§ **TASK**: Only one stretch of the listing below is wanted. Begin at the line that has "f 141 5 135", stop after the line that has "f 88 115 46", and repeat every line in between exactly.

§ **DATA FOR THE TASK**:

————

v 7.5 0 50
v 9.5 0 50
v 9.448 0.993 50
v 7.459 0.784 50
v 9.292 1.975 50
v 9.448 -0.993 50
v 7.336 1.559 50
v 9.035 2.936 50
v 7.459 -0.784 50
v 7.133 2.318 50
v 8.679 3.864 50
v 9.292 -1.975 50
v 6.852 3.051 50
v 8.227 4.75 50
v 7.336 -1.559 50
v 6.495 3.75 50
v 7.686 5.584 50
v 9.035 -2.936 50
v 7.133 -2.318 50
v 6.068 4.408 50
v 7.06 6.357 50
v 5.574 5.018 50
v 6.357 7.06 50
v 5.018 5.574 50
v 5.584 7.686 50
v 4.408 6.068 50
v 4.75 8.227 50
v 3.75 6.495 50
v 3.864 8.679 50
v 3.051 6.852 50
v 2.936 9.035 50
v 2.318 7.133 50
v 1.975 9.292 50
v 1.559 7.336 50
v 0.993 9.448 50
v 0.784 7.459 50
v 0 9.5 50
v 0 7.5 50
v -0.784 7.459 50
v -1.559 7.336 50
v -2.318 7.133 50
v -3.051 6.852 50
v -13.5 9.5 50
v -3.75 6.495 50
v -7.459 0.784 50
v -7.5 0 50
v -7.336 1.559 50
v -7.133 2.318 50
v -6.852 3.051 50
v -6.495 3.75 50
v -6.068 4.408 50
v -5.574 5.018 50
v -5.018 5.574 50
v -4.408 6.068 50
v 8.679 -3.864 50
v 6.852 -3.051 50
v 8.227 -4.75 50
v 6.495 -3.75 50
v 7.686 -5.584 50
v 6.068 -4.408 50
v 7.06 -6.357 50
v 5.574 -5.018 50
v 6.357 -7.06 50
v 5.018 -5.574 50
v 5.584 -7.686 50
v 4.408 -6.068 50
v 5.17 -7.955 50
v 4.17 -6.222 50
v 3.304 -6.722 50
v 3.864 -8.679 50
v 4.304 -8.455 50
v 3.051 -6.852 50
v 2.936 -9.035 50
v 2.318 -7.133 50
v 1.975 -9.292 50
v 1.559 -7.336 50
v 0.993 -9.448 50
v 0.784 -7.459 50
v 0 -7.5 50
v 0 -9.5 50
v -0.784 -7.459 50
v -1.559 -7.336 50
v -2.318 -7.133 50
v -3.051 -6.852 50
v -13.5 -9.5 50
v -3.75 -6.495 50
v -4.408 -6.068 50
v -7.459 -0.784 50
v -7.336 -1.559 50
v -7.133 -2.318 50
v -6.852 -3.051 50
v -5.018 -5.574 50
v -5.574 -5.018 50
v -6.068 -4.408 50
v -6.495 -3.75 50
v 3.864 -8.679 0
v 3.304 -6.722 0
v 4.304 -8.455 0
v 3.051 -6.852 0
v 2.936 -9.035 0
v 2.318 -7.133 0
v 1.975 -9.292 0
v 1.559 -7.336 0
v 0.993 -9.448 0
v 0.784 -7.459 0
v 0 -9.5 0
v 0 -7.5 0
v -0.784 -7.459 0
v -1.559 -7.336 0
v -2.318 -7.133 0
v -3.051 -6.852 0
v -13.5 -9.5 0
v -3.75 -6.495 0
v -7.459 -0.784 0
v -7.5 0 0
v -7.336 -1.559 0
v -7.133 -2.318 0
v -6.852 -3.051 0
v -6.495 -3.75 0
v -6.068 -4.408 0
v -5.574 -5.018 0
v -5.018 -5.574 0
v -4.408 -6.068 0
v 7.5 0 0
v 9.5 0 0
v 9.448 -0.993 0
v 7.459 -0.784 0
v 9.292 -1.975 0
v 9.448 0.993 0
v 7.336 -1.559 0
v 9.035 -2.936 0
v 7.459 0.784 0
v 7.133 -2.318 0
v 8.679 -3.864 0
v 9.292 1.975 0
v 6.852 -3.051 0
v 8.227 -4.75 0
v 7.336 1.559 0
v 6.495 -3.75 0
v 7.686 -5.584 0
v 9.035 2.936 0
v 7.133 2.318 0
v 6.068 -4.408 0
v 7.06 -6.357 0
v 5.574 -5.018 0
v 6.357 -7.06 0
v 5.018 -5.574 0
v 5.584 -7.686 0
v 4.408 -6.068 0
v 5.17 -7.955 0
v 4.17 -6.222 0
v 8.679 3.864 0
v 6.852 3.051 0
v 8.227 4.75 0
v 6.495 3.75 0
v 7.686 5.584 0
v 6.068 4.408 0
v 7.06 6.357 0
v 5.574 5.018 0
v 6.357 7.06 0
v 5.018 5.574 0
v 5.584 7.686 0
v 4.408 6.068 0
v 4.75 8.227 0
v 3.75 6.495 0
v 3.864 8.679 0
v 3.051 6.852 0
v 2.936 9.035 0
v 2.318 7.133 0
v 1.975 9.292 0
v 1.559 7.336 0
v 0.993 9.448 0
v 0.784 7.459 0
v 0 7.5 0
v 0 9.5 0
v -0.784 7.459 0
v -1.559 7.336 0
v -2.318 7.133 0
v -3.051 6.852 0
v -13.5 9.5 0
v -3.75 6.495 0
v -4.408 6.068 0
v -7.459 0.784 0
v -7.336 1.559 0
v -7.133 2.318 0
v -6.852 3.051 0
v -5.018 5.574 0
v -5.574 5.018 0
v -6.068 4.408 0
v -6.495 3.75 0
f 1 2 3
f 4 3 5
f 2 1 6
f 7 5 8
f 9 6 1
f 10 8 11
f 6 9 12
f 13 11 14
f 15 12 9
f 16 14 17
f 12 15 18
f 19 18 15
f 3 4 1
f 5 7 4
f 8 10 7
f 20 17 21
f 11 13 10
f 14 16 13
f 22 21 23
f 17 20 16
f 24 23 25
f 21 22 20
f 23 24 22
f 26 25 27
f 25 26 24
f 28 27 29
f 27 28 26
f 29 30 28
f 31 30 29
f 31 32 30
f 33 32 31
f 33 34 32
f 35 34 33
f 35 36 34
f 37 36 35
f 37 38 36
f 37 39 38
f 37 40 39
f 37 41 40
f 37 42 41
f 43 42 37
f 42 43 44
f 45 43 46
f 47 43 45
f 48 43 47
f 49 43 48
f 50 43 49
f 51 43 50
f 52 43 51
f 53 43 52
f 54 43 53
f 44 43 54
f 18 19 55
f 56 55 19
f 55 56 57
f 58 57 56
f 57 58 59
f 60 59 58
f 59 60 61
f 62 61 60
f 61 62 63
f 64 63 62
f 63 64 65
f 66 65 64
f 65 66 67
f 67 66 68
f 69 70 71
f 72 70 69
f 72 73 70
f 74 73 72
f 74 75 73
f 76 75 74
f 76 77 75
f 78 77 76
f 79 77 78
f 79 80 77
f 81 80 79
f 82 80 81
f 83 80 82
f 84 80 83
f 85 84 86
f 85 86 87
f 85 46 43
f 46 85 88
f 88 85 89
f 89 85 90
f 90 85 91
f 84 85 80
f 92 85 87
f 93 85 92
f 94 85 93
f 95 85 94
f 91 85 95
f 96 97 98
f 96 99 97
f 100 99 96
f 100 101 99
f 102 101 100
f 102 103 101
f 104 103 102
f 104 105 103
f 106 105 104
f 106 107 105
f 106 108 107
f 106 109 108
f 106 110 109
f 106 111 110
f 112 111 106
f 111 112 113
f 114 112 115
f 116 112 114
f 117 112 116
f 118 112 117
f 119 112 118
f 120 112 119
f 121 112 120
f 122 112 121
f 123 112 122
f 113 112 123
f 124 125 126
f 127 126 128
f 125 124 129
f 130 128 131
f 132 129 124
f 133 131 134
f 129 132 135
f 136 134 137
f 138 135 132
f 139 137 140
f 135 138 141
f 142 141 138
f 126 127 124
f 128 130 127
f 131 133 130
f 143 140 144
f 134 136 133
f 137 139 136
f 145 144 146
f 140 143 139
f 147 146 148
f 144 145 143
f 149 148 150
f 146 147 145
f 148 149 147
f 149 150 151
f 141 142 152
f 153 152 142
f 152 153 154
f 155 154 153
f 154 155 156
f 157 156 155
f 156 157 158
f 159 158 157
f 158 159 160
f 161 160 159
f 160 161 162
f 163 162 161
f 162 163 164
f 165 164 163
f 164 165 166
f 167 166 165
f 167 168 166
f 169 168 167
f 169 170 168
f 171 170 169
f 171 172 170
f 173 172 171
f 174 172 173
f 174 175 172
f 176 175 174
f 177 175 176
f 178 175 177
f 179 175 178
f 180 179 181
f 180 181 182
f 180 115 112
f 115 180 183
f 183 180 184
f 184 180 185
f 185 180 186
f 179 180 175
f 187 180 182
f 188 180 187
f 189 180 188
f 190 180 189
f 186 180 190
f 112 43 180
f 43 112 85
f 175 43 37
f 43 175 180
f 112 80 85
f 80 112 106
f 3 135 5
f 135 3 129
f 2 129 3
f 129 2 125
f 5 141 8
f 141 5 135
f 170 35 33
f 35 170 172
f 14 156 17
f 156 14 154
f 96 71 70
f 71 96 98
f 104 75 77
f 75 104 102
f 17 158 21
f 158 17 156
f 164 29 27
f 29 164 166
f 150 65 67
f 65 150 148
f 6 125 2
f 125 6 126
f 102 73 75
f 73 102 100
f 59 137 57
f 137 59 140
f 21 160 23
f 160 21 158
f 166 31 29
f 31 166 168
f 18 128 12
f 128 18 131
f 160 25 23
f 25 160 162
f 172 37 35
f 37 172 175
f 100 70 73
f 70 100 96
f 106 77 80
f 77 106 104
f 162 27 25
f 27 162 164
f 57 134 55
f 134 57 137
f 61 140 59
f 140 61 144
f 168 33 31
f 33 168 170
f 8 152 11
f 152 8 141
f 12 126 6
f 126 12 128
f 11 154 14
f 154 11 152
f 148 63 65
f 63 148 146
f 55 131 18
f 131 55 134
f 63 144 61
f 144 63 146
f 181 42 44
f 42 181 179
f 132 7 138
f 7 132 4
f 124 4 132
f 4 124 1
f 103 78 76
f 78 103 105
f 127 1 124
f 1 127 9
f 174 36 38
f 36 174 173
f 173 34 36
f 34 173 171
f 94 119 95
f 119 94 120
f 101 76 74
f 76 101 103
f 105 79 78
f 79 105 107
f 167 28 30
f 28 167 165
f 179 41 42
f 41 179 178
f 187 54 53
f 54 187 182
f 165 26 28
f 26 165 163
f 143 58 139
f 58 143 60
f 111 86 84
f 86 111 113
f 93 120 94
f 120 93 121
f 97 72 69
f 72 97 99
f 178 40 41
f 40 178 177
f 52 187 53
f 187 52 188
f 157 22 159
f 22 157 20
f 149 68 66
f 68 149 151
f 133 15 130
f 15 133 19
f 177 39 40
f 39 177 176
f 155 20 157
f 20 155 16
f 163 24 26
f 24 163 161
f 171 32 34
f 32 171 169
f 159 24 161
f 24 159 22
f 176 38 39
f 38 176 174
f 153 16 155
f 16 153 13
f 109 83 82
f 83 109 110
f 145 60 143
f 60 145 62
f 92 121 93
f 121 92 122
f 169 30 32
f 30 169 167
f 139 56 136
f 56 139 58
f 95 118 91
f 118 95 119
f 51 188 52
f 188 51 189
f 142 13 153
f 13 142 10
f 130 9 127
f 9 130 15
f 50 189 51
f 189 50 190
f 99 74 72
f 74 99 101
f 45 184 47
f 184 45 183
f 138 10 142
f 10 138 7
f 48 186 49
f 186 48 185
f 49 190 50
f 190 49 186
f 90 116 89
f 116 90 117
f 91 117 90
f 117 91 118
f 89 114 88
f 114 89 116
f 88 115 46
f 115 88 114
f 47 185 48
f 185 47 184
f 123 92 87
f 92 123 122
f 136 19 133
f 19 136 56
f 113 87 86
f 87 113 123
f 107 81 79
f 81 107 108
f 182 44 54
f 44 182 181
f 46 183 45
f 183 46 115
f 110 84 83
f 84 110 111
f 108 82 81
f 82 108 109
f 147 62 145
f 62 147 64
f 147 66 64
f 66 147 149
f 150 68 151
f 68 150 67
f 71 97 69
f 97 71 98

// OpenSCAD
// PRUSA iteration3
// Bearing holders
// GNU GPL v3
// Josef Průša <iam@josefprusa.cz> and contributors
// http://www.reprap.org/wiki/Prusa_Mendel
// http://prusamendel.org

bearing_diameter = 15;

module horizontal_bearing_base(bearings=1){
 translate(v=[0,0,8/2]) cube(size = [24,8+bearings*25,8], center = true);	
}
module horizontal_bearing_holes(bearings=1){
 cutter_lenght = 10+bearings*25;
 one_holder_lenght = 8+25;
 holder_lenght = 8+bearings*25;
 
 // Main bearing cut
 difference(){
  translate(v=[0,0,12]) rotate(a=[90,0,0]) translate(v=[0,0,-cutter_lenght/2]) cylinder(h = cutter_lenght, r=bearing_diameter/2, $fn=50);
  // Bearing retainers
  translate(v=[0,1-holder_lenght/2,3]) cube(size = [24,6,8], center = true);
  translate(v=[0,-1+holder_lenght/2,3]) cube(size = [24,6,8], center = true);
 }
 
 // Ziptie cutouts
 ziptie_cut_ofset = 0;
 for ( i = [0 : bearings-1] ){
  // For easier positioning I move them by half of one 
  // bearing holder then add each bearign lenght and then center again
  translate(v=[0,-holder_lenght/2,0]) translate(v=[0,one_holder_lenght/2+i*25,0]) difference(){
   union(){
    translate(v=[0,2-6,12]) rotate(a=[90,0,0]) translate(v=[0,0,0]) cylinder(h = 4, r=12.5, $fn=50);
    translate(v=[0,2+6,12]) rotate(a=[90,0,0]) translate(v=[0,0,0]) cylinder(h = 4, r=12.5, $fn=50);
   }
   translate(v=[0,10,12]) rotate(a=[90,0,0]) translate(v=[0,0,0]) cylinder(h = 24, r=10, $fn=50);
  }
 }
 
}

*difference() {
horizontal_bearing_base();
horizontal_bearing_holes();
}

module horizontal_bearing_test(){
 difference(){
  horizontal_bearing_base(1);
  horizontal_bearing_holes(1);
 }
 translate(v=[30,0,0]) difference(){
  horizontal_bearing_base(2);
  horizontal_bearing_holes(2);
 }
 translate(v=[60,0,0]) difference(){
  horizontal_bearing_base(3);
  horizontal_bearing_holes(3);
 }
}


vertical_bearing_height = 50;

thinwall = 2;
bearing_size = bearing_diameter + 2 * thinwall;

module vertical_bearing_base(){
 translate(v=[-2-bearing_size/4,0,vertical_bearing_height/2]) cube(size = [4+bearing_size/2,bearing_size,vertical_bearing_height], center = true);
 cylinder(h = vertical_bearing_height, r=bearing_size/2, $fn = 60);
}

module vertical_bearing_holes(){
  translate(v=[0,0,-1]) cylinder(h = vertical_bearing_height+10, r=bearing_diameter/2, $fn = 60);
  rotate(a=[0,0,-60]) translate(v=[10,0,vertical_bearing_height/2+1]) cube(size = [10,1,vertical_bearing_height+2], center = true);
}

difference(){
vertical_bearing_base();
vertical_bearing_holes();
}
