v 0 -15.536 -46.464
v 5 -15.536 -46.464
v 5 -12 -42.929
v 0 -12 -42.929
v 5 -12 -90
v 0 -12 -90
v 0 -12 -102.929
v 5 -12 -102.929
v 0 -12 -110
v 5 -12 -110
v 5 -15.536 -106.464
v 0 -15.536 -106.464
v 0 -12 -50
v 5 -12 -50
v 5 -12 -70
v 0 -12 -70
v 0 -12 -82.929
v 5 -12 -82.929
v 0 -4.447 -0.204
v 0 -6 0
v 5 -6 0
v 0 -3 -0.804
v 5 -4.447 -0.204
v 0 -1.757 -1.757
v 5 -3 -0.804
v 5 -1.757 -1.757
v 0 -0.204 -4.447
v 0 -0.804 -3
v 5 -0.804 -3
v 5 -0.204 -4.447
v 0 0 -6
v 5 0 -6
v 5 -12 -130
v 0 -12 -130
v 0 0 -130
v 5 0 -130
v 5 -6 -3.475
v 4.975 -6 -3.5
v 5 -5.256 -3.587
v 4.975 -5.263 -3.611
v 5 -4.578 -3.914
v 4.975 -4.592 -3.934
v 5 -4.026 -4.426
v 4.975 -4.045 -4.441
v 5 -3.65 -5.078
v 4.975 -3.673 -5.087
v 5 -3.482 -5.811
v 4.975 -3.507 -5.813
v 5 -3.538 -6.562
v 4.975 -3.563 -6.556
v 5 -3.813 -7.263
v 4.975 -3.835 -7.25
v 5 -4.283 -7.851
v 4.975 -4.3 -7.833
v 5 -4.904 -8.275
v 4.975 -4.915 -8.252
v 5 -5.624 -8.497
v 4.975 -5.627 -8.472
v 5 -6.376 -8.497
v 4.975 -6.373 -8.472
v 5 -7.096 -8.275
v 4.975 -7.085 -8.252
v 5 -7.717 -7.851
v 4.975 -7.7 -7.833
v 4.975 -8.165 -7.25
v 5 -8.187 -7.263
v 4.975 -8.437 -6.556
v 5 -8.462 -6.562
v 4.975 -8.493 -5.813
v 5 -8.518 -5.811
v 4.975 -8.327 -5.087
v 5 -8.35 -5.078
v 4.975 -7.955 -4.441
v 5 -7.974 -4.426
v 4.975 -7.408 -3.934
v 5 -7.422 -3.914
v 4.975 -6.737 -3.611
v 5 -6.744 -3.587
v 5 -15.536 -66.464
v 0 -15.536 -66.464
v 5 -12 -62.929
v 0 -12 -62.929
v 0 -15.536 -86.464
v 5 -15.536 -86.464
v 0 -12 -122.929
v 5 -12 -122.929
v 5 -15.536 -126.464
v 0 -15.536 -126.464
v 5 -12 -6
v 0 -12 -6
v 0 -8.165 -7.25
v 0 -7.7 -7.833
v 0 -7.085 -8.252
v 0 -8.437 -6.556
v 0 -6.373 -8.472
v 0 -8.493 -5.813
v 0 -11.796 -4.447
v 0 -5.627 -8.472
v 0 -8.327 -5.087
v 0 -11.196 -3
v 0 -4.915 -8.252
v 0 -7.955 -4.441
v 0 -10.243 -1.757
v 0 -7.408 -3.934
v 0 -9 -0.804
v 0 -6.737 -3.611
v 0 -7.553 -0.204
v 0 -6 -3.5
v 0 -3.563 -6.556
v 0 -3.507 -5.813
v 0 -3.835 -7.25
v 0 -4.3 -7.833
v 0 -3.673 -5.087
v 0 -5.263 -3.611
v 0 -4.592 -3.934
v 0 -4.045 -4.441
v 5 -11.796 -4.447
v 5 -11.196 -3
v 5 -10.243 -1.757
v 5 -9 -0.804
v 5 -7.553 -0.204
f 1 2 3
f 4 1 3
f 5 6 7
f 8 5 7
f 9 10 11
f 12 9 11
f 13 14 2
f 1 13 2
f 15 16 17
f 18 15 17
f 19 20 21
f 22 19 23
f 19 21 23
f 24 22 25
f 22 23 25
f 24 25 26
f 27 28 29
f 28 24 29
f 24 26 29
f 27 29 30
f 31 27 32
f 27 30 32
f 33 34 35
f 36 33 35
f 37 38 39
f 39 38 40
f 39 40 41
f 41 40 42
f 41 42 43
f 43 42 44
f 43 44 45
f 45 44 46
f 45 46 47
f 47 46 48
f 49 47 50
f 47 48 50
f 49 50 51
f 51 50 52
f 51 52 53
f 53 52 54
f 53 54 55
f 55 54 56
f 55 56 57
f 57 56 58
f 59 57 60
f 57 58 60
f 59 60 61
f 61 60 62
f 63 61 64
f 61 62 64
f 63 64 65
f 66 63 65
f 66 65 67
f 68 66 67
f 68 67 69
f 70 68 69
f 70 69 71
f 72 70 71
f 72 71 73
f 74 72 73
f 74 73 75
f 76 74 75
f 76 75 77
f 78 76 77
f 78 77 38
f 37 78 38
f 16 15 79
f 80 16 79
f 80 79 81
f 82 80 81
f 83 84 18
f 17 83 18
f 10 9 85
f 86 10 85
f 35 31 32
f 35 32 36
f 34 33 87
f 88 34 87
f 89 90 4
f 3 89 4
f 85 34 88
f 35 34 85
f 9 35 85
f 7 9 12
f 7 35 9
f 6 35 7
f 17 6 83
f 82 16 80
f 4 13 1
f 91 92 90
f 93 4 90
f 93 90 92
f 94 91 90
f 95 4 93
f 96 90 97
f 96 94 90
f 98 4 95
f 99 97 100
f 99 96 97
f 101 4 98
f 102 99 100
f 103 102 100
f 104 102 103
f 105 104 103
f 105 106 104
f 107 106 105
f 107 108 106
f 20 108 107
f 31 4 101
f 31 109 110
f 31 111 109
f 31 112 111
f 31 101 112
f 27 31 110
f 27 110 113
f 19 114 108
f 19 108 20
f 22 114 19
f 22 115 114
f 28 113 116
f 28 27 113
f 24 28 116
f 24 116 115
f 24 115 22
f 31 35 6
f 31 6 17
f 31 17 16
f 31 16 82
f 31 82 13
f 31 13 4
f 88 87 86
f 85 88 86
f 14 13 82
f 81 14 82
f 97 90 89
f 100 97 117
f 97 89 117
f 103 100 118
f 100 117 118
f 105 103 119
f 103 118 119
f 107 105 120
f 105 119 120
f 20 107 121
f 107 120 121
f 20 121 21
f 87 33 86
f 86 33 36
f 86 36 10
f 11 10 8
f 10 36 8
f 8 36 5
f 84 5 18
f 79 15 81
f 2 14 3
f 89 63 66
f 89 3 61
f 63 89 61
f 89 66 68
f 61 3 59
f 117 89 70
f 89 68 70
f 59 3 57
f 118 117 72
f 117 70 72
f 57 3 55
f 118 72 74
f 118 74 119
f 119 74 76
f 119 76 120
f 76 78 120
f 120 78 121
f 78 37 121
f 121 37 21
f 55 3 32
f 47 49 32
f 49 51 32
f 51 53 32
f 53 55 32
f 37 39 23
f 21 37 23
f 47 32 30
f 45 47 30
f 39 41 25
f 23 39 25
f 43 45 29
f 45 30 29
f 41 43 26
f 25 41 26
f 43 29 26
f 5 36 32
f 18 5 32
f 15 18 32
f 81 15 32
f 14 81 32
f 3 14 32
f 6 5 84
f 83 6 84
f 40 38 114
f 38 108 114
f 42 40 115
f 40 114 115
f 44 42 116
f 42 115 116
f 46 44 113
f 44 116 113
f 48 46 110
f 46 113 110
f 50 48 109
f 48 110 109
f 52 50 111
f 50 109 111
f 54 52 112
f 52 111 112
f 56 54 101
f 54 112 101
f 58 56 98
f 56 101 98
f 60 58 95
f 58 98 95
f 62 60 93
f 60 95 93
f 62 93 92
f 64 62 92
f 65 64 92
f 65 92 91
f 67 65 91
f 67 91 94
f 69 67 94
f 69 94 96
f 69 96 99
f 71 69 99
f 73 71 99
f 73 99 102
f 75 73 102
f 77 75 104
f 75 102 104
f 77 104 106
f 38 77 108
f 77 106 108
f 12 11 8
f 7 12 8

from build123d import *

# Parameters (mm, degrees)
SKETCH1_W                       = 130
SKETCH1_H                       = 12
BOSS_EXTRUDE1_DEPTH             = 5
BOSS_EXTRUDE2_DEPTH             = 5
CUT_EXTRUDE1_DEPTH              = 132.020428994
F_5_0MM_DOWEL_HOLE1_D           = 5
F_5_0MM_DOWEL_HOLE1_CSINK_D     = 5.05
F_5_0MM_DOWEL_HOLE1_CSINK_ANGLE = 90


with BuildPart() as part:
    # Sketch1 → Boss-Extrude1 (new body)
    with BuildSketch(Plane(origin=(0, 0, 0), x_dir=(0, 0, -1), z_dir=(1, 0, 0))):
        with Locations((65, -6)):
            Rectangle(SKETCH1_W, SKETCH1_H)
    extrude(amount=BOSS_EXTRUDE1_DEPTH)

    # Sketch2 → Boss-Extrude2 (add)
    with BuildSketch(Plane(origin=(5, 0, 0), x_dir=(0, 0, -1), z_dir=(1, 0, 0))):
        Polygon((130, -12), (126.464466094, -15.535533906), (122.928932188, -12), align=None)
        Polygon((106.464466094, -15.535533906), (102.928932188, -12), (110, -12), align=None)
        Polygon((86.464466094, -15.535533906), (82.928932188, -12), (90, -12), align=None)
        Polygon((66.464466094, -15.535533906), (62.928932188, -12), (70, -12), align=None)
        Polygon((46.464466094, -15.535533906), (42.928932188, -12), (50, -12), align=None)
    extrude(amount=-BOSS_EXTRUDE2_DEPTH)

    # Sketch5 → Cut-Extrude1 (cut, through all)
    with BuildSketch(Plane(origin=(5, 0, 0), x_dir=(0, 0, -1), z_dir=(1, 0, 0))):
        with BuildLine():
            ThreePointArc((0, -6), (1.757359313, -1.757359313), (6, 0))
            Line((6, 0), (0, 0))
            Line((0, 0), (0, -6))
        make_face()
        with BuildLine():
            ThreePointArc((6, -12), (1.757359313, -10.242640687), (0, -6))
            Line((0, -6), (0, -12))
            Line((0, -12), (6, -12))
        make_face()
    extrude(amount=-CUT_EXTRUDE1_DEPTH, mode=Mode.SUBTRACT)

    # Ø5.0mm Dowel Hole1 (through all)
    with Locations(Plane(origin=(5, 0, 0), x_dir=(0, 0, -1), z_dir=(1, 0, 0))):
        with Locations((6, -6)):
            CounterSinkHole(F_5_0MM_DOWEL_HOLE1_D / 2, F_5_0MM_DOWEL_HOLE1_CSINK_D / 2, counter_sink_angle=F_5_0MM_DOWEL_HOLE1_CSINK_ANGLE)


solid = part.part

————

§ **ANSWER TO THE EXERCISE**:
f 141 5 135
f 170 35 33
f 35 170 172
f 14 156 17
f 156 14 154
f 96 71 70
f 71 96 98
f 104 75 77
f 75 104 102
f 17 158 21
f 158 17 156
f 164 29 27
f 29 164 166
f 150 65 67
f 65 150 148
f 6 125 2
f 125 6 126
f 102 73 75
f 73 102 100
f 59 137 57
f 137 59 140
f 21 160 23
f 160 21 158
f 166 31 29
f 31 166 168
f 18 128 12
f 128 18 131
f 160 25 23
f 25 160 162
f 172 37 35
f 37 172 175
f 100 70 73
f 70 100 96
f 106 77 80
f 77 106 104
f 162 27 25
f 27 162 164
f 57 134 55
f 134 57 137
f 61 140 59
f 140 61 144
f 168 33 31
f 33 168 170
f 8 152 11
f 152 8 141
f 12 126 6
f 126 12 128
f 11 154 14
f 154 11 152
f 148 63 65
f 63 148 146
f 55 131 18
f 131 55 134
f 63 144 61
f 144 63 146
f 181 42 44
f 42 181 179
f 132 7 138
f 7 132 4
f 124 4 132
f 4 124 1
f 103 78 76
f 78 103 105
f 127 1 124
f 1 127 9
f 174 36 38
f 36 174 173
f 173 34 36
f 34 173 171
f 94 119 95
f 119 94 120
f 101 76 74
f 76 101 103
f 105 79 78
f 79 105 107
f 167 28 30
f 28 167 165
f 179 41 42
f 41 179 178
f 187 54 53
f 54 187 182
f 165 26 28
f 26 165 163
f 143 58 139
f 58 143 60
f 111 86 84
f 86 111 113
f 93 120 94
f 120 93 121
f 97 72 69
f 72 97 99
f 178 40 41
f 40 178 177
f 52 187 53
f 187 52 188
f 157 22 159
f 22 157 20
f 149 68 66
f 68 149 151
f 133 15 130
f 15 133 19
f 177 39 40
f 39 177 176
f 155 20 157
f 20 155 16
f 163 24 26
f 24 163 161
f 171 32 34
f 32 171 169
f 159 24 161
f 24 159 22
f 176 38 39
f 38 176 174
f 153 16 155
f 16 153 13
f 109 83 82
f 83 109 110
f 145 60 143
f 60 145 62
f 92 121 93
f 121 92 122
f 169 30 32
f 30 169 167
f 139 56 136
f 56 139 58
f 95 118 91
f 118 95 119
f 51 188 52
f 188 51 189
f 142 13 153
f 13 142 10
f 130 9 127
f 9 130 15
f 50 189 51
f 189 50 190
f 99 74 72
f 74 99 101
f 45 184 47
f 184 45 183
f 138 10 142
f 10 138 7
f 48 186 49
f 186 48 185
f 49 190 50
f 190 49 186
f 90 116 89
f 116 90 117
f 91 117 90
f 117 91 118
f 89 114 88
f 114 89 116
f 88 115 46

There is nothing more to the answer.